Aquagym

Elle s’était coulée ce soir-là dans le bassin où s’agitaient de molles contre-vagues.

Des projecteurs incrustés aux parois allumaient des étincelles au gré de la surface mouvante.

Elle était portée par les remous des femmes, lancées dans les éclaboussures du soir comme pour dilapider, en brefs de vigueur qui leur restait.

Soulagée de se savoir inconnue dans la tiédeur de l’eau, corps perdu dans la piscine surmontée d’un large tuyau rouge formant un antre chaud.

Sorte de boyau vivant, sous lequel elle se roulait en boule, sans oublier de rentrer le ventre pour qu’il devienne costaud, avant de faire la planche.

Guidés par la monitrice qui scandait le rythme méthodiquement, les corps obéissaient aux pliés, galvanisés par une sono qui laissait l’esprit libre de ricocher sur l’arrondi des vagues.

Ses jambes rendues diaphanes fouettaient sans relâche le courant.
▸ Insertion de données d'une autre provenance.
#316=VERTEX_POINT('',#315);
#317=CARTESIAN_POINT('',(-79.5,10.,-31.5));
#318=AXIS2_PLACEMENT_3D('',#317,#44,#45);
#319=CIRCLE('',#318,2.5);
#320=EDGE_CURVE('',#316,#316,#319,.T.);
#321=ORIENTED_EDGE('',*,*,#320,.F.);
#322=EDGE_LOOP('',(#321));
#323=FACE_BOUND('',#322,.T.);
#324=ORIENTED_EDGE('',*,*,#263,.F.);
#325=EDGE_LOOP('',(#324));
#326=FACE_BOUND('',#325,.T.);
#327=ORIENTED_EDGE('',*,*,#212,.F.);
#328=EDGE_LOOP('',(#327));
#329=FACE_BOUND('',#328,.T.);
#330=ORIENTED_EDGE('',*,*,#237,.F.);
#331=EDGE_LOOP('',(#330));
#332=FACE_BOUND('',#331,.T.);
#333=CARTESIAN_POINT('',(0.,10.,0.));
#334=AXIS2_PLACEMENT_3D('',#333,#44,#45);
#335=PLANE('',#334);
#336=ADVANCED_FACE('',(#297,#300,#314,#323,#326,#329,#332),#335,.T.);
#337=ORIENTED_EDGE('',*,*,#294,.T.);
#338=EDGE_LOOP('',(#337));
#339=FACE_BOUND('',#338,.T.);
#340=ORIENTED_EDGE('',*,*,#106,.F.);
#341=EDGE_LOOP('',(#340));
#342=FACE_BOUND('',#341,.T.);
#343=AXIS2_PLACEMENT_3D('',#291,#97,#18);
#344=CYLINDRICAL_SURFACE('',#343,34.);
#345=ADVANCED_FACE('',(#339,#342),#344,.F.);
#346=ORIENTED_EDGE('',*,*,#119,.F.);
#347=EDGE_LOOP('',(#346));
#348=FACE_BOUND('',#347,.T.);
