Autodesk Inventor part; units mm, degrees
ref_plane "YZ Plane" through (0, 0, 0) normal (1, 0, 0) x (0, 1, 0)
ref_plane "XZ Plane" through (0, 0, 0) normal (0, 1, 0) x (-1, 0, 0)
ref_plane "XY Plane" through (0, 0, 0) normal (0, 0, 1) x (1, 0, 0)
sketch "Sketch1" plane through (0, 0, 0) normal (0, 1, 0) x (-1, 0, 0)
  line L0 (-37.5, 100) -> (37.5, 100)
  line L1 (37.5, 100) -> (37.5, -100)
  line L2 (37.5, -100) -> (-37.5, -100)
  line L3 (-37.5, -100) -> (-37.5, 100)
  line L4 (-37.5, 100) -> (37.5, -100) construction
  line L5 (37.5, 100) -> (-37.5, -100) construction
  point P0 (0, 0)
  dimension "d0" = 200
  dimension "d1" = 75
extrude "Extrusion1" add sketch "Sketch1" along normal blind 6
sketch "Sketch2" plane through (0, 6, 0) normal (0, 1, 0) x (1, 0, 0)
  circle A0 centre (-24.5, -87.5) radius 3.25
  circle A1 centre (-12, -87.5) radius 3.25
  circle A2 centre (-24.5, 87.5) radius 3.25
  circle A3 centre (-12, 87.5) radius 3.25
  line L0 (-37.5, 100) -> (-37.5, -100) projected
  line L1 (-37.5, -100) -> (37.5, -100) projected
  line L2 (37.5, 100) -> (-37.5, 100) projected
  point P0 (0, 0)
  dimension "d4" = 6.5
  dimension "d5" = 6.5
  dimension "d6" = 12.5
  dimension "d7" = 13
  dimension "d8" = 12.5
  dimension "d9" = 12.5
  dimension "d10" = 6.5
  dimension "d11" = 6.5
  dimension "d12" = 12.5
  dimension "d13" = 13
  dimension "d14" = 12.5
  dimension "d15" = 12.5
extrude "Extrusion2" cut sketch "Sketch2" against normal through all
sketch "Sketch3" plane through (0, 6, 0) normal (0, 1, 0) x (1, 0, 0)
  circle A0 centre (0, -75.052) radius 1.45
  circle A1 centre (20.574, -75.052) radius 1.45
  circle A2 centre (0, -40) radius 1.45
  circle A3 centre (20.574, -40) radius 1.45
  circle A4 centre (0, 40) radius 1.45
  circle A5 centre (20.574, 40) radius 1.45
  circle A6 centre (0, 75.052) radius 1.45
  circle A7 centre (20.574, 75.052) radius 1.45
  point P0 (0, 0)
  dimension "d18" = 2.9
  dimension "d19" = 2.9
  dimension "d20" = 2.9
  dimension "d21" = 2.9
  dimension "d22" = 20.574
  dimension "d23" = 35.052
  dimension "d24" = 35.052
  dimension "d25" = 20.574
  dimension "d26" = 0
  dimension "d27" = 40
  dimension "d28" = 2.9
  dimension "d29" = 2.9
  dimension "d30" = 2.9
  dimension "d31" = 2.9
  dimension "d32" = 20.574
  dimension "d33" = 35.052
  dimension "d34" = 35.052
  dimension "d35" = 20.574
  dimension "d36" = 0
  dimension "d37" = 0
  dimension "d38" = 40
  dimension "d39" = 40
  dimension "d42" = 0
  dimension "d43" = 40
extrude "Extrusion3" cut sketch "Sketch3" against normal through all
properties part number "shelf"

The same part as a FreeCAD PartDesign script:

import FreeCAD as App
import Part
import Sketcher

V = App.Vector

doc = App.newDocument("Part")
body = doc.addObject("PartDesign::Body", "Body")

sketch1 = doc.addObject("Sketcher::SketchObject", "Sketch")
body.addObject(sketch1)
sketch1.AttachmentSupport = (doc.XZ_Plane, [""])
sketch1.MapMode = "FlatFace"
sketch1.addGeometry(Part.LineSegment(V(-38, 100, 0), V(38, 100, 0)), False)
sketch1.addGeometry(Part.LineSegment(V(38, 100, 0), V(38, -100, 0)), False)
sketch1.addGeometry(Part.LineSegment(V(38, -100, 0), V(-38, -100, 0)), False)
sketch1.addGeometry(Part.LineSegment(V(-38, -100, 0), V(-38, 100, 0)), False)
sketch1.addConstraint(Sketcher.Constraint("Coincident", 0, 2, 1, 1))
sketch1.addConstraint(Sketcher.Constraint("Coincident", 1, 2, 2, 1))
sketch1.addConstraint(Sketcher.Constraint("Coincident", 2, 2, 3, 1))
sketch1.addConstraint(Sketcher.Constraint("Coincident", 3, 2, 0, 1))
sketch1.addConstraint(Sketcher.Constraint("Horizontal", 0))
sketch1.addConstraint(Sketcher.Constraint("Vertical", 1))
sketch1.addConstraint(Sketcher.Constraint("Horizontal", 2))
sketch1.addConstraint(Sketcher.Constraint("Vertical", 3))
sketch1.addConstraint(Sketcher.Constraint("Symmetric", 0, 2, 2, 2, -1, 1))
sketch1.addConstraint(Sketcher.Constraint("DistanceX", 0, 1, 0, 2, 75.0))
sketch1.addConstraint(Sketcher.Constraint("DistanceY", 1, 2, 1, 1, 200.0))
pad1 = doc.addObject("PartDesign::Pad", "Pad")
body.addObject(pad1)
pad1.Profile = sketch1
pad1.Length = 6
pad1.Reversed = True

sketch2 = doc.addObject("Sketcher::SketchObject", "Sketch001")
body.addObject(sketch2)
sketch2.AttachmentSupport = (doc.XZ_Plane, [""])
sketch2.MapMode = "FlatFace"
sketch2.AttachmentOffset = App.Placement(V(0, 0, -6), App.Rotation())
sketch2.addGeometry(Part.Circle(V(-24.5, 87.5, 0), V(0, 0, 1), 3.2), False)
sketch2.addGeometry(Part.Circle(V(-12, 87.5, 0), V(0, 0, 1), 3.2), False)
sketch2.addGeometry(Part.Circle(V(-24.5, -87.5, 0), V(0, 0, 1), 3.2), False)
sketch2.addGeometry(Part.Circle(V(-12, -87.5, 0), V(0, 0, 1), 3.2), False)
sketch2.addConstraint(Sketcher.Constraint("Equal", 0, 1))
sketch2.addConstraint(Sketcher.Constraint("Equal", 1, 2))
sketch2.addConstraint(Sketcher.Constraint("Equal", 2, 3))
sketch2.addConstraint(Sketcher.Constraint("Symmetric", 0, 3, 2, 3, -1))
sketch2.addConstraint(Sketcher.Constraint("Symmetric", 1, 3, 3, 3, -1))
sketch2.addConstraint(Sketcher.Constraint("Horizontal", 0, 3, 1, 3))
sketch2.addConstraint(Sketcher.Constraint("Diameter", 0, 6.5))
sketch2.addConstraint(Sketcher.Constraint("DistanceX", 0, 3, 1, 3, 12.5))
sketch2.addConstraint(Sketcher.Constraint("DistanceX", 1, 3, -1, 1, 12.0))
sketch2.addConstraint(Sketcher.Constraint("DistanceY", 2, 3, 0, 3, 175.0))
pocket1 = doc.addObject("PartDesign::Pocket", "Pocket")
body.addObject(pocket1)
pocket1.Profile = sketch2
pocket1.Type = "ThroughAll"
pocket1.Reversed = True

sketch3 = doc.addObject("Sketcher::SketchObject", "Sketch002")
body.addObject(sketch3)
sketch3.AttachmentSupport = (doc.XZ_Plane, [""])
sketch3.MapMode = "FlatFace"
sketch3.AttachmentOffset = App.Placement(V(0, 0, -6), App.Rotation())
sketch3.addGeometry(Part.Circle(V(0, 75.1, 0), V(0, 0, 1), 1.4), False)
sketch3.addGeometry(Part.Circle(V(20.6, 75.1, 0), V(0, 0, 1), 1.4), False)
sketch3.addGeometry(Part.Circle(V(0, 40, 0), V(0, 0, 1), 1.4), False)
sketch3.addGeometry(Part.Circle(V(20.6, 40, 0), V(0, 0, 1), 1.4), False)
sketch3.addGeometry(Part.Circle(V(0, -40, 0), V(0, 0, 1), 1.4), False)
sketch3.addGeometry(Part.Circle(V(20.6, -40, 0), V(0, 0, 1), 1.4), False)
sketch3.addGeometry(Part.Circle(V(0, -75.1, 0), V(0, 0, 1), 1.4), False)
sketch3.addGeometry(Part.Circle(V(20.6, -75.1, 0), V(0, 0, 1), 1.4), False)
sketch3.addConstraint(Sketcher.Constraint("Equal", 0, 1))
sketch3.addConstraint(Sketcher.Constraint("Equal", 1, 2))
sketch3.addConstraint(Sketcher.Constraint("Equal", 2, 3))
sketch3.addConstraint(Sketcher.Constraint("Equal", 3, 4))
sketch3.addConstraint(Sketcher.Constraint("Equal", 4, 5))
sketch3.addConstraint(Sketcher.Constraint("Equal", 5, 6))
sketch3.addConstraint(Sketcher.Constraint("Equal", 6, 7))
sketch3.addConstraint(Sketcher.Constraint("Symmetric", 2, 3, 4, 3, -1, 1))
sketch3.addConstraint(Sketcher.Constraint("Symmetric", 0, 3, 6, 3, -1, 1))
sketch3.addConstraint(Sketcher.Constraint("Symmetric", 3, 3, 5, 3, -1))
sketch3.addConstraint(Sketcher.Constraint("Symmetric", 1, 3, 7, 3, -1))
sketch3.addConstraint(Sketcher.Constraint("PointOnObject", 0, 3, -2))
sketch3.addConstraint(Sketcher.Constraint("PointOnObject", 2, 3, -2))
sketch3.addConstraint(Sketcher.Constraint("Horizontal", 0, 3, 1, 3))
sketch3.addConstraint(Sketcher.Constraint("Horizontal", 2, 3, 3, 3))
sketch3.addConstraint(Sketcher.Constraint("Vertical", 1, 3, 3, 3))
sketch3.addConstraint(Sketcher.Constraint("Diameter", 0, 2.9))
sketch3.addConstraint(Sketcher.Constraint("DistanceY", -1, 1, 2, 3, 40.0))
sketch3.addConstraint(Sketcher.Constraint("DistanceX", -1, 1, 1, 3, 20.574))
sketch3.addConstraint(Sketcher.Constraint("DistanceY", 2, 3, 0, 3, 35.052))
pocket2 = doc.addObject("PartDesign::Pocket", "Pocket001")
body.addObject(pocket2)
pocket2.Profile = sketch3
pocket2.Type = "ThroughAll"
pocket2.Reversed = True

doc.recompute()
Ou bien elle enfonçait ses plantes de pied en piston, créant des galeries d’eau soyeuse qui moulait ses cuisses et caressait sa peau.  
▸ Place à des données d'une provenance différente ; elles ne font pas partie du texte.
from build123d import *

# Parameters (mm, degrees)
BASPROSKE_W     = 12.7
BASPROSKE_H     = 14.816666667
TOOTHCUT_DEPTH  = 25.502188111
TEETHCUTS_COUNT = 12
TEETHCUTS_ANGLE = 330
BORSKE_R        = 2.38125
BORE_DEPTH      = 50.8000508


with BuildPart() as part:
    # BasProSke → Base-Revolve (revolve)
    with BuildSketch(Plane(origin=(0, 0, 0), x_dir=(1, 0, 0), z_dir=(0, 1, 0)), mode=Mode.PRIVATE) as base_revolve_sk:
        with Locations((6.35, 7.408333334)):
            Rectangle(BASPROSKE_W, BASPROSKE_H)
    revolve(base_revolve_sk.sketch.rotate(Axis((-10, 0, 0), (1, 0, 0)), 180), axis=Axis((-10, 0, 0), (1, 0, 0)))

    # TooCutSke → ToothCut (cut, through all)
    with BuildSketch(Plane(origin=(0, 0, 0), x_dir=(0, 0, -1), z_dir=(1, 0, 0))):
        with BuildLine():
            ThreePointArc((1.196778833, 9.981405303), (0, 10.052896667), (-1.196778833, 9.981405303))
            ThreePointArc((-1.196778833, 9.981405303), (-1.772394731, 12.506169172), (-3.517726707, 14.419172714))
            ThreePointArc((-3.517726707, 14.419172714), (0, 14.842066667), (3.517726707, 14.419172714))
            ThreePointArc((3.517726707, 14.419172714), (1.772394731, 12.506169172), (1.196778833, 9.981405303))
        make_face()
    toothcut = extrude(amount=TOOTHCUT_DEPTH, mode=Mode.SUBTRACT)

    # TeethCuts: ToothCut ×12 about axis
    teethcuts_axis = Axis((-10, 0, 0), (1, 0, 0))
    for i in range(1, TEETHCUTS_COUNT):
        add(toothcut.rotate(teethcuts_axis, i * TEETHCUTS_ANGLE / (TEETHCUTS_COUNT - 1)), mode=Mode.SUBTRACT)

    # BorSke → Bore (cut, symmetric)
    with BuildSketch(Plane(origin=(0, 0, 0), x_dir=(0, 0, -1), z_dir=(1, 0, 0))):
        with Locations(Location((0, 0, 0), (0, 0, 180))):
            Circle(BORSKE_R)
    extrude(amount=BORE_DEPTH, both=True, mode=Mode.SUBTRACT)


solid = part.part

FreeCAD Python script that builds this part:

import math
import FreeCAD as App
import Part
import Sketcher

V = App.Vector
Q = App.Units.Quantity


def add_polygon(sketch, points):
    """Adds a closed chain of lines whose ends are joined by coincident constraints."""
    first, n = sketch.GeometryCount, len(points)
    for a, b in zip(points, points[1:] + points[:1]):
        sketch.addGeometry(Part.LineSegment(App.Vector(*a, 0), App.Vector(*b, 0)), False)
    for i in range(n):
        sketch.addConstraint(Sketcher.Constraint("Coincident", first + i, 2, first + (i + 1) % n, 1))

doc = App.newDocument("Part")
params = doc.addObject("Spreadsheet::Sheet", "Params")
for row, (alias, value) in enumerate([
    ("sketch1_width", "0.5 in"),
    ("revolution_angle", "360 deg"),
    ("sketch2_radius", "0.2 in"),
    ("sketch3_diameter", "0.1875 in"),
    ("pocket2_length", "101.600102 mm"),
], start=1):
    params.set(f"A{row}", alias)
    params.set(f"B{row}", "=" + value)
    params.setAlias(f"B{row}", alias)

body = doc.addObject("PartDesign::Body", "Body")

sketch1 = doc.addObject("Sketcher::SketchObject", "Sketch")
body.addObject(sketch1)
sketch1.AttachmentSupport = (doc.XZ_Plane, [""])
sketch1.MapMode = "FlatFace"
add_polygon(sketch1, [(0, -14.816667), (0, 0), (12.7, 0), (12.7, -14.816667)])
sketch1.addConstraint(Sketcher.Constraint("Vertical", 0))
sketch1.addConstraint(Sketcher.Constraint("Horizontal", 1))
sketch1.addConstraint(Sketcher.Constraint("Vertical", 2))
sketch1.addConstraint(Sketcher.Constraint("Horizontal", 3))
sketch1.addConstraint(Sketcher.Constraint("Coincident", 0, 2, -1, 1))
sketch1.addConstraint(Sketcher.Constraint("DistanceX", 1, 1, 1, 2, Q("0.5 in")))
sketch1.addConstraint(Sketcher.Constraint("DistanceY", 0, 1, 0, 2, Q("14.816667 mm")))
sketch1.setExpression("Constraints[9]", "Params.sketch1_width")
revolution = doc.addObject("PartDesign::Revolution", "Revolution")
body.addObject(revolution)
revolution.Profile = sketch1
revolution.ReferenceAxis = (sketch1, ["H_Axis"])
revolution.setExpression("Angle", "Params.revolution_angle")

sketch2 = doc.addObject("Sketcher::SketchObject", "Sketch001")
body.addObject(sketch2)
sketch2.AttachmentSupport = (doc.YZ_Plane, [""])
sketch2.MapMode = "FlatFace"
sketch2.addGeometry(Part.ArcOfCircle(Part.Circle(V(0, 0, 0), V(0, 0, 1), 10.052897), math.radians(-6.837172), math.radians(6.837172)), False)
sketch2.addGeometry(Part.ArcOfCircle(Part.Circle(V(10.151877, -6.273918, 0), V(0, 0, 1), 5.08), math.radians(32.857895), math.radians(91.923062)), False)
sketch2.addGeometry(Part.ArcOfCircle(Part.Circle(V(0, 0, 0), V(0, 0, 1), 14.842067), math.radians(-13.710169), math.radians(13.710169)), False)
sketch2.addGeometry(Part.ArcOfCircle(Part.Circle(V(10.151877, 6.273918, 0), V(0, 0, 1), 5.08), math.radians(-91.923062), math.radians(-32.857895)), False)
sketch2.addConstraint(Sketcher.Constraint("Coincident", 0, 1, 1, 2))
sketch2.addConstraint(Sketcher.Constraint("Coincident", 1, 1, 2, 1))
sketch2.addConstraint(Sketcher.Constraint("Coincident", 2, 2, 3, 2))
sketch2.addConstraint(Sketcher.Constraint("Coincident", 3, 1, 0, 2))
sketch2.addConstraint(Sketcher.Constraint("Coincident", 0, 3, -1, 1))
sketch2.addConstraint(Sketcher.Constraint("Coincident", 2, 3, -1, 1))
sketch2.addConstraint(Sketcher.Constraint("Equal", 1, 3))
sketch2.addConstraint(Sketcher.Constraint("Symmetric", 1, 3, 3, 3, -1))
sketch2.addConstraint(Sketcher.Constraint("Radius", 1, Q("0.2 in")))
sketch2.addConstraint(Sketcher.Constraint("Radius", 0, Q("10.052897 mm")))
sketch2.addConstraint(Sketcher.Constraint("Radius", 2, Q("14.842067 mm")))
sketch2.addConstraint(Sketcher.Constraint("DistanceY", 0, 1, -1, 1, Q("1.196779 mm")))
sketch2.addConstraint(Sketcher.Constraint("DistanceX", 0, 1, 1, 3, Q("0.170472 mm")))
sketch2.setExpression("Constraints[8]", "Params.sketch2_radius")
pocket1 = doc.addObject("PartDesign::Pocket", "Pocket")
body.addObject(pocket1)
pocket1.Profile = sketch2
pocket1.Type = "ThroughAll"
pocket1.Reversed = True
doc.recompute()

polarpattern = doc.addObject("PartDesign::PolarPattern", "PolarPattern")
body.addObject(polarpattern)
polarpattern.Originals = [pocket1]
polarpattern.Axis = (doc.X_Axis, [""])
polarpattern.Angle = 360
polarpattern.Occurrences = 12
body.Tip = polarpattern

sketch3 = doc.addObject("Sketcher::SketchObject", "Sketch002")
body.addObject(sketch3)
sketch3.AttachmentSupport = (doc.YZ_Plane, [""])
sketch3.MapMode = "FlatFace"
sketch3.addGeometry(Part.Circle(V(0, 0, 0), V(0, 0, 1), 2.38125), False)
sketch3.addConstraint(Sketcher.Constraint("Coincident", 0, 3, -1, 1))
sketch3.addConstraint(Sketcher.Constraint("Diameter", 0, Q("0.1875 in")))
sketch3.setExpression("Constraints[1]", "Params.sketch3_diameter")
pocket2 = doc.addObject("PartDesign::Pocket", "Pocket001")
body.addObject(pocket2)
pocket2.Profile = sketch3
pocket2.setExpression("Length", "Params.pocket2_length")
pocket2.Midplane = True

doc.recompute()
Et elle flottait ainsi par le simple effet des ponctions en cadence.  

Puis elle repartait sur un allongement des jambes qu’on leur enjoignait maintenant de croiser en ciseaux.  

Elle veillait toujours à ce que d’autres nageuses se trouvent dans l’axe du projecteur : elle ramassait ainsi, dans le sillage de ses compagnes, les copeaux de turquoise qui se détachaient aux oscillations de leurs corps.  

La récompense finale après l’entraînement était le jacuzzi en solo, dans une alcôve surplombant la rivière (elle ne connaissait pas de concept plus stimulant que cette piscine en équilibre au bord de l’eau). 

Les pensées amollies – et un peu en tournis – par les bouillons chauffants, elle y suivait le modelage des nuages : ils se démantelaient sans cesse et se reconfiguraient sous la brise du soir, sculptés à l’argile rouge par le soleil couchant.

En hiver, la lune traversait la salle et lui donnait l’illusion exaltante d’être égarée en pleins bois.  

Elle restait là aussi longtemps qu’elle le pouvait, taraudée par l’heure et les tâches qui l’appelaient, mais les muscles étrangement sourds à ses engagements, allégés par les bulles frémissantes qui la massaient. 

Parfois quand personne ne regardait, elle offrait son arrière-train au jet qui la cinglait, apaisant ce qui restait noué au siège des émotions. 

Elle en ressortait lessivée, régénérée de tous ses mauvais anges, le front adouci des problèmes en attente et plus indulgente pour ces voix qui babillaient leurs affaires conjugales comme si la tolérance ne venait qu’aux esprits délivrés des tyrannies du temps.